The Financial Turmoil and Judicial Responsibility (Part 2)
J. Robert Brown |
Tuesday, November 18, 2008 at 10:00AM We are discussing the problem of a federal court system hostile towards regulation, something that Barack Obama will have to confront during his first term. (According to one report, he will get enough appointments in his first term to "create a Democratic majority in eight circuits, leaving three with a Republican majority and the remaining two evenly split.").
The problem starts at the top. The conservative Supreme Court has certainly issued some decisions that are antagonistic to shareholders and investors. Stoneridge comes to mind. There the Supreme Court basically announced that the controlling principle for future antifraud decisions would be "no expansion." One of the reasons given by Justice Kennedy? Bad for business. "Overseas firms with no other exposure to our securities laws could be deterred from doing business here. . . This, in turn, may raise the cost of being a publicly traded company under our law and shift securities offerings away from the domestic capital markets."
But the problem goes much deeper into the judiciary. Much of his problem may come from the DC Circuit. It is the DC Circuit that is considered perhaps the most important federal court other than the Supreme Court. Moreover, in the realm of government regulation, it hears by far the largest number of cases that challenge administrative policy. Nominees to the Supreme Court often come from the DC Circuit. Scalia, Ginsburg and Roberts are the current examples. Judges on the circuit, therefore, have an incentive to adhere to an ideological approach that is likely to bring them to the attention of the doyens in the Administration deciding on nominees to the Supreme Court. The website for the Circuit lists 13 judges.

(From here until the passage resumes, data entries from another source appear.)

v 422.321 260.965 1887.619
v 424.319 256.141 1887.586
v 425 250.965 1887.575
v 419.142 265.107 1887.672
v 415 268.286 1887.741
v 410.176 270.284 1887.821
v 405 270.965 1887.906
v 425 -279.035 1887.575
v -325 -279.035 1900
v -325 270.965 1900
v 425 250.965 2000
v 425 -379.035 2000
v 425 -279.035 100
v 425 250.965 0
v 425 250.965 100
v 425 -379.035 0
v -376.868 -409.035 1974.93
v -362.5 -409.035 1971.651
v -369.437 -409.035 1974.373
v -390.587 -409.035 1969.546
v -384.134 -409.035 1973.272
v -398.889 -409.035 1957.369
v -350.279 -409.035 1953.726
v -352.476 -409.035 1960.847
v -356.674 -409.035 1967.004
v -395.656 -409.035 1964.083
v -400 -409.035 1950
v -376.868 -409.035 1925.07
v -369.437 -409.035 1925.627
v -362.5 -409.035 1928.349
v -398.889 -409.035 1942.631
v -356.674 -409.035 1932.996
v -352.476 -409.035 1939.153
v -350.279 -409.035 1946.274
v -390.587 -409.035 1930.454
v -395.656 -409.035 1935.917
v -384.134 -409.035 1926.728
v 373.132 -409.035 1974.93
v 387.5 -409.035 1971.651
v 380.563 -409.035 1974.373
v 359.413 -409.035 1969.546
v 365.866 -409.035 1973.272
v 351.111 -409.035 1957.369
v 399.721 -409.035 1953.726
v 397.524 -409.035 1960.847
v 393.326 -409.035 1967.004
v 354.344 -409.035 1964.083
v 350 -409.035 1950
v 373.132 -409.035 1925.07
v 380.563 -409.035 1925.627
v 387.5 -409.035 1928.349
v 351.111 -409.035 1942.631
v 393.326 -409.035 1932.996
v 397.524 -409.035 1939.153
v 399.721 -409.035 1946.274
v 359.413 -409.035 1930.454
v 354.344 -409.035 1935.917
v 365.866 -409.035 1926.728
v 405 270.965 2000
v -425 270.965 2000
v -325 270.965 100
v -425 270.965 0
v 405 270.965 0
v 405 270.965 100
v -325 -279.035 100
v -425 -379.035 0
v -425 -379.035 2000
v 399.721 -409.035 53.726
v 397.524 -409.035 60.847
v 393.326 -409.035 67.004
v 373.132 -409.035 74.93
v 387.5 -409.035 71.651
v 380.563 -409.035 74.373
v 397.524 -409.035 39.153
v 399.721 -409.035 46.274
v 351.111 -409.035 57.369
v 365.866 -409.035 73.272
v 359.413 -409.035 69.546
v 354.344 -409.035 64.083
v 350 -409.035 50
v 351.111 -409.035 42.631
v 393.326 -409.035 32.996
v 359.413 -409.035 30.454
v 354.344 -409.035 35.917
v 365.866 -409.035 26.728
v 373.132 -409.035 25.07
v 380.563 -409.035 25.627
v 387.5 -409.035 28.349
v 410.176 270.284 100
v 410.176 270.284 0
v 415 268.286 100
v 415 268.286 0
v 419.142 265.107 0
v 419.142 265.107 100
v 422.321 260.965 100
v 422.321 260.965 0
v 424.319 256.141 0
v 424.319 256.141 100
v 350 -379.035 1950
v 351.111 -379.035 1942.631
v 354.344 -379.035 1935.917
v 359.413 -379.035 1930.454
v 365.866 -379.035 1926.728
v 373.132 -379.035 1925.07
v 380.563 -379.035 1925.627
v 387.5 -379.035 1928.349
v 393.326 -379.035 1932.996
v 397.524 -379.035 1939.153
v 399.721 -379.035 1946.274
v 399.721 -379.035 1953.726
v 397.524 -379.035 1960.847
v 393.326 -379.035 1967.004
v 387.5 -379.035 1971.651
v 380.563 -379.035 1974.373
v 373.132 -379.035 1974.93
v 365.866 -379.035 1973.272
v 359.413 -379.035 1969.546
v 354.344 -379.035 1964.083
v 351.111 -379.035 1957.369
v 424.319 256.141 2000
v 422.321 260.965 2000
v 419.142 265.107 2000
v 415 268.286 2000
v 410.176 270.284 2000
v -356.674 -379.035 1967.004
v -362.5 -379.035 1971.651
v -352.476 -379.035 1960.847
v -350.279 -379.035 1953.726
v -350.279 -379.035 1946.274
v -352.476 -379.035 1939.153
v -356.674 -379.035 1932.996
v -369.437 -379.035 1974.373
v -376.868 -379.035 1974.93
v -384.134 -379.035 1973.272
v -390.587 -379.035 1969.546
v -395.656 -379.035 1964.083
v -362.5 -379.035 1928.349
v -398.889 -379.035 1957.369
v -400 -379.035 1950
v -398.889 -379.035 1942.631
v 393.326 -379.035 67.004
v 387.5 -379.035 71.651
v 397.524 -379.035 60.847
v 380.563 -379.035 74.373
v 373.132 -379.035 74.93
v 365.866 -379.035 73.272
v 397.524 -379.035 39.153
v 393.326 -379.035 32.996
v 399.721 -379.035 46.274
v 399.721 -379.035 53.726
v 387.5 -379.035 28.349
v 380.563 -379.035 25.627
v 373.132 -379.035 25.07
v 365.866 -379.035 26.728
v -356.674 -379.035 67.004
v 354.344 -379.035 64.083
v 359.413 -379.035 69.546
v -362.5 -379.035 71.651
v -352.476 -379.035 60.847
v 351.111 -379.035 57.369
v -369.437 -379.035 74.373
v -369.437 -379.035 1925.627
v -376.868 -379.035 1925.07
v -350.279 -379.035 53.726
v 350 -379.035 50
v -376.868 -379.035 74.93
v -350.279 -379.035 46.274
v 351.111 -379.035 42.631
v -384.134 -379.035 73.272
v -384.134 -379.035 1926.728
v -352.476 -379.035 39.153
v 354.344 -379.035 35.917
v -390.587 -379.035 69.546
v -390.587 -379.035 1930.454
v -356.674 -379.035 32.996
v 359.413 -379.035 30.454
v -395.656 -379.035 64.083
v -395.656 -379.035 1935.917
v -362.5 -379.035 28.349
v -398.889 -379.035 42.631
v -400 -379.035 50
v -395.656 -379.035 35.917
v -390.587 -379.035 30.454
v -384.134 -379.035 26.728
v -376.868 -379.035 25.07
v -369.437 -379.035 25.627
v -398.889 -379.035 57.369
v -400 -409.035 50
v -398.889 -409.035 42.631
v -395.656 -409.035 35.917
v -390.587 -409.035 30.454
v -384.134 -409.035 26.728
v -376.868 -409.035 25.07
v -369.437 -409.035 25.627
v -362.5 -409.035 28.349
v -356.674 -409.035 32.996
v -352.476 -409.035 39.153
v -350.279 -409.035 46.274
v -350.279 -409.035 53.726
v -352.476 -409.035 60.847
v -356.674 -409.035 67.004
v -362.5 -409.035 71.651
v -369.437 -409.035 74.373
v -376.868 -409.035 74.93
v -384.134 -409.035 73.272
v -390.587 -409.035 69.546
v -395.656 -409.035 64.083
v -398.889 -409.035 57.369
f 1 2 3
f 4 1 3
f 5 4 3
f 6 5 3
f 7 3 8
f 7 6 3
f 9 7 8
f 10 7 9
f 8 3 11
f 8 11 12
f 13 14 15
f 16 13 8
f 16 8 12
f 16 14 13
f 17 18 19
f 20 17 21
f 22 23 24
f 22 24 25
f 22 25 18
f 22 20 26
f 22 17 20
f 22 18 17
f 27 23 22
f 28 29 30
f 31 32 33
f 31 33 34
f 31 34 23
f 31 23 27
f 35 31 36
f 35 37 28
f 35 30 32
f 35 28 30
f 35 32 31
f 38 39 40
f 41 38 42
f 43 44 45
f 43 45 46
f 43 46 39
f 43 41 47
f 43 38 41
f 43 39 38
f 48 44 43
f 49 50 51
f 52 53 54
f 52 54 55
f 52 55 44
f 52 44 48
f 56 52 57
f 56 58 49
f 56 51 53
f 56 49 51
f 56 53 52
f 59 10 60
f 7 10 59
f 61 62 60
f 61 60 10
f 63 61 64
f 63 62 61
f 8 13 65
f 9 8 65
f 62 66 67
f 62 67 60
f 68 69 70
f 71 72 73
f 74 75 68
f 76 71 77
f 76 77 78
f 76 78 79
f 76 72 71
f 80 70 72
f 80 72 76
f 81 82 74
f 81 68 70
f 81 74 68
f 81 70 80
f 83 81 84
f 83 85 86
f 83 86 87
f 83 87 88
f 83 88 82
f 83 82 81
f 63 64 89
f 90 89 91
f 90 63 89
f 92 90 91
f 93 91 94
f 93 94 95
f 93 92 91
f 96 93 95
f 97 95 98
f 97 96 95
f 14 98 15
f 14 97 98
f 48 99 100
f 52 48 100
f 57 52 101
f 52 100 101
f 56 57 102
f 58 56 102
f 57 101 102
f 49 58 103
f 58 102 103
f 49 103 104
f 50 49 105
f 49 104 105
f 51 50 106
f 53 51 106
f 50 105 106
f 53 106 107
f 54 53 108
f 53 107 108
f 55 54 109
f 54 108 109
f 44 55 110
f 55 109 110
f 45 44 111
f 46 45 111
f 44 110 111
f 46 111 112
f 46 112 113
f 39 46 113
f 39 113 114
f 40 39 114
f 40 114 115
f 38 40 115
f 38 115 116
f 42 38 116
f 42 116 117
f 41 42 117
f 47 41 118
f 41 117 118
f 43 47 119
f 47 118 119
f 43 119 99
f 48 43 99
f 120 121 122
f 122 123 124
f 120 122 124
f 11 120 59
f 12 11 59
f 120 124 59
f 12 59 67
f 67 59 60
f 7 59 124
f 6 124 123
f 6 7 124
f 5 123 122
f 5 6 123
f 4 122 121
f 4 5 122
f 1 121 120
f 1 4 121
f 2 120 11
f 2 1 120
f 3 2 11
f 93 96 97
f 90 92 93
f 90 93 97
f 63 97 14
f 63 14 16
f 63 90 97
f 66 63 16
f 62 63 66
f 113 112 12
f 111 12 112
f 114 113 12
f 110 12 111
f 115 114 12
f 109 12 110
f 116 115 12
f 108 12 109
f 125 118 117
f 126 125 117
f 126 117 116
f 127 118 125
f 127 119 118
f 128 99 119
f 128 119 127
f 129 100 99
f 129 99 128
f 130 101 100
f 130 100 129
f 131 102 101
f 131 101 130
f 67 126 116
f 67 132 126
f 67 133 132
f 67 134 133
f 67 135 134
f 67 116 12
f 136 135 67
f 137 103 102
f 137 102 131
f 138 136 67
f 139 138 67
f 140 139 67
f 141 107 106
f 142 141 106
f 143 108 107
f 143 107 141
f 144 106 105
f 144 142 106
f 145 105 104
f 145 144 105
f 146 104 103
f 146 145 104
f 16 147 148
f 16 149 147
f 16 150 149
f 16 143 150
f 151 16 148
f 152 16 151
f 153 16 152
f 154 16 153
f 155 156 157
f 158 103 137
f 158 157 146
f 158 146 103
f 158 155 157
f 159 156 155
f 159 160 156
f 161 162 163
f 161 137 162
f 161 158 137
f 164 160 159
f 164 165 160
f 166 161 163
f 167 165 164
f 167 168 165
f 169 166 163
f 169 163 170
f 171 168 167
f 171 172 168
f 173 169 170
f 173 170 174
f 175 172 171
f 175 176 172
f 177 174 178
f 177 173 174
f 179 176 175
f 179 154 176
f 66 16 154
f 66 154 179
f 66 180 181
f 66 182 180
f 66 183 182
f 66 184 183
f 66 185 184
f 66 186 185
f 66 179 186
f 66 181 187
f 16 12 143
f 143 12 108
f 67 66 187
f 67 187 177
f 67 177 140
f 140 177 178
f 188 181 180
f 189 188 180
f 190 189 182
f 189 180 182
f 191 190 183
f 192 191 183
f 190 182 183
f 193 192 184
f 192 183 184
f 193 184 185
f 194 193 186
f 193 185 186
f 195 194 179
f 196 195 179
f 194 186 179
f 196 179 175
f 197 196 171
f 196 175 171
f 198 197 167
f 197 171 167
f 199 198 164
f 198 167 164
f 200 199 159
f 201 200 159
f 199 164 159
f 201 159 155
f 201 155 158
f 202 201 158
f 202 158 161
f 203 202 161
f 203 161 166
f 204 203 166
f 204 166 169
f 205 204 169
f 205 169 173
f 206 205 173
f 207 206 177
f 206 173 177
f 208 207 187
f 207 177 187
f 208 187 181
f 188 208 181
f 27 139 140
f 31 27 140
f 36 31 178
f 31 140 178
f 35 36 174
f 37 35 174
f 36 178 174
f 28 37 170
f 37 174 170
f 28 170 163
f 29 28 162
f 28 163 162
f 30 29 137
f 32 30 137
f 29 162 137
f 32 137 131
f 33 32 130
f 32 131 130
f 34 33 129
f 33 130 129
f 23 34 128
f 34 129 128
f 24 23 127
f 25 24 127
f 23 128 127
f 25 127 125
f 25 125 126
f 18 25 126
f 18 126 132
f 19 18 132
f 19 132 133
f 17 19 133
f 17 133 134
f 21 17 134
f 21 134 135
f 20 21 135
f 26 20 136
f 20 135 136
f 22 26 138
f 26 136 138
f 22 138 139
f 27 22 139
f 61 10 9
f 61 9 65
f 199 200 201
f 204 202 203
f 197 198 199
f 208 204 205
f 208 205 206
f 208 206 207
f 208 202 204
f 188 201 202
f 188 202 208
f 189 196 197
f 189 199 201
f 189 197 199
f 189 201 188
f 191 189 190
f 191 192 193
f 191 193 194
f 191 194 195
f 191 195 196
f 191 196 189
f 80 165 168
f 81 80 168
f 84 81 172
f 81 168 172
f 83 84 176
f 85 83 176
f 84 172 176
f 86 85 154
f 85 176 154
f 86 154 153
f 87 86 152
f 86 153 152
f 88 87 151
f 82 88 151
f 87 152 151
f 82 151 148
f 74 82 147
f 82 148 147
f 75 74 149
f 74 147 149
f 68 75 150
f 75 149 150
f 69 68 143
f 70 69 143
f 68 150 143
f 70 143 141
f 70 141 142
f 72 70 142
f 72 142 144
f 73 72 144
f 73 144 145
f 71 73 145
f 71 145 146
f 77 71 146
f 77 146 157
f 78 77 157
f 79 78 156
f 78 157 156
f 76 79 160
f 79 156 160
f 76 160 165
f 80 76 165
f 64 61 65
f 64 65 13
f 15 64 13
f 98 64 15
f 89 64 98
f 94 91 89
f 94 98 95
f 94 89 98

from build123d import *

# Parameters (mm, degrees)
BOSS_EXTRUDE1_DEPTH = 2000
CUT_EXTRUDE1_DEPTH  = 550
SKETCH4_R           = 25
BOSS_EXTRUDE2_DEPTH = 30


with BuildPart() as part:
    # Sketch1 → Boss-Extrude1 (new body)
    with BuildSketch(Plane.XY):
        with BuildLine():
            Line((-425, 270.9650644), (405, 270.9650644))
            ThreePointArc((405, 270.9650644), (419.142135624, 265.107200024), (425, 250.9650644))
            Line((425, 250.9650644), (425, -379.0349356))
            Line((425, -379.0349356), (-425, -379.0349356))
            Line((-425, -379.0349356), (-425, 270.9650644))
        make_face()
    extrude(amount=BOSS_EXTRUDE1_DEPTH)

    # Sketch3 → Cut-Extrude1 (cut)
    with BuildSketch(Plane(origin=(0, 270.9650644, 0), x_dir=(1, 0, 0), z_dir=(0, 1, 0))):
        Polygon((-325, -100), (425, -100), (425, -1887.575015641), (-325, -1900), align=None)
    extrude(amount=-CUT_EXTRUDE1_DEPTH, mode=Mode.SUBTRACT)

    # Sketch4 → Boss-Extrude2 (add)
    with BuildSketch(Plane(origin=(0, -379.0349356, 0), x_dir=(-1, 0, 0), z_dir=(0, -1, 0))):
        with Locations((375, -1950)):
            Circle(SKETCH4_R)
        with Locations((-375, -1950)):
            Circle(SKETCH4_R)
        with Locations((375, -50)):
            Circle(SKETCH4_R)
        with Locations((-375, -50)):
            Circle(SKETCH4_R)
    extrude(amount=BOSS_EXTRUDE2_DEPTH)


solid = part.part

The membership consists largely of Republican appointees, with only four appointed by democrat presidents (Edwards, who is now senior, Rogers, Tatel, and Garland). For the Obama Administration, it will be an unsympathetic court.
With that in mind, we turn to the court's responsibility for the current conflagration in the financial markets. For that, we return to hedge funds.
Since mutual funds are likewise pooled investment vehicles, the critical component of the definition is private organization and unavailability to the public. The non-public nature of the funds occurs because they need not register as investment companies with the SEC. They avoid registration by keeping the number of investors to below 100 persons Investment Company Act of 1940, Section 3(c)(1)) or offering participation only to purchasers that own $5 million in assets (Section 2 (a)(51)(A)). Without registration, hedge funds operate with little or no regulatory oversight (the antifraud provisions an exception) and provide little or no public information about their activities.
Given the growing role of hedge funds in the financial markets, the absence of transparency is troubling. This is one of those issues where the staff at the SEC was out front. In 2003, the staff published a report on the funds. Implications of the Growth of Hedge Funds, Staff Report the United States Securities and Exchange Commission (September 2003). The report noted many of the problems that arise from the lack of transparency and recommended that the funds be required to register with the Commission. The Commission acted and subjected funds to registration and inspection. See 17 C.F.R. § 275.203. The Rule was opposed by the deregulatory faction on the Commission, Commissioners Atkins and Glassman. See Investment Advisors Act Release No. 2333 (Dec. 10, 2004).
What the deregulators could not do at the Commission, the DC Circuit did at the appellate level. In Goldstein v. SEC, 451 F.3d 873 (D.C. Cir. 2006), a panel consisting of a majority of Republican appointees struck down the modest rule. The result was that as the financial crisis unfurled during the second half of 2008, regulators had almost no information about hedge funds and their activities. While it is hard to pinpoint the role of hedge funds in the current crisis, it is beyond peradventure that the crisis started with the collapse of two funds run by Bear Stearns. Moreover, their often highly levereged nature potentially imposes additional systemic risks to the financial system, although without disclosure, assessing the degree of risk is "virtually impossible."
While there may be a political consensus that favors a more activist government in the context of the current economic turmoil, the same consensus probably does not exist in the courts. It is this interest group that may take the longest to shift.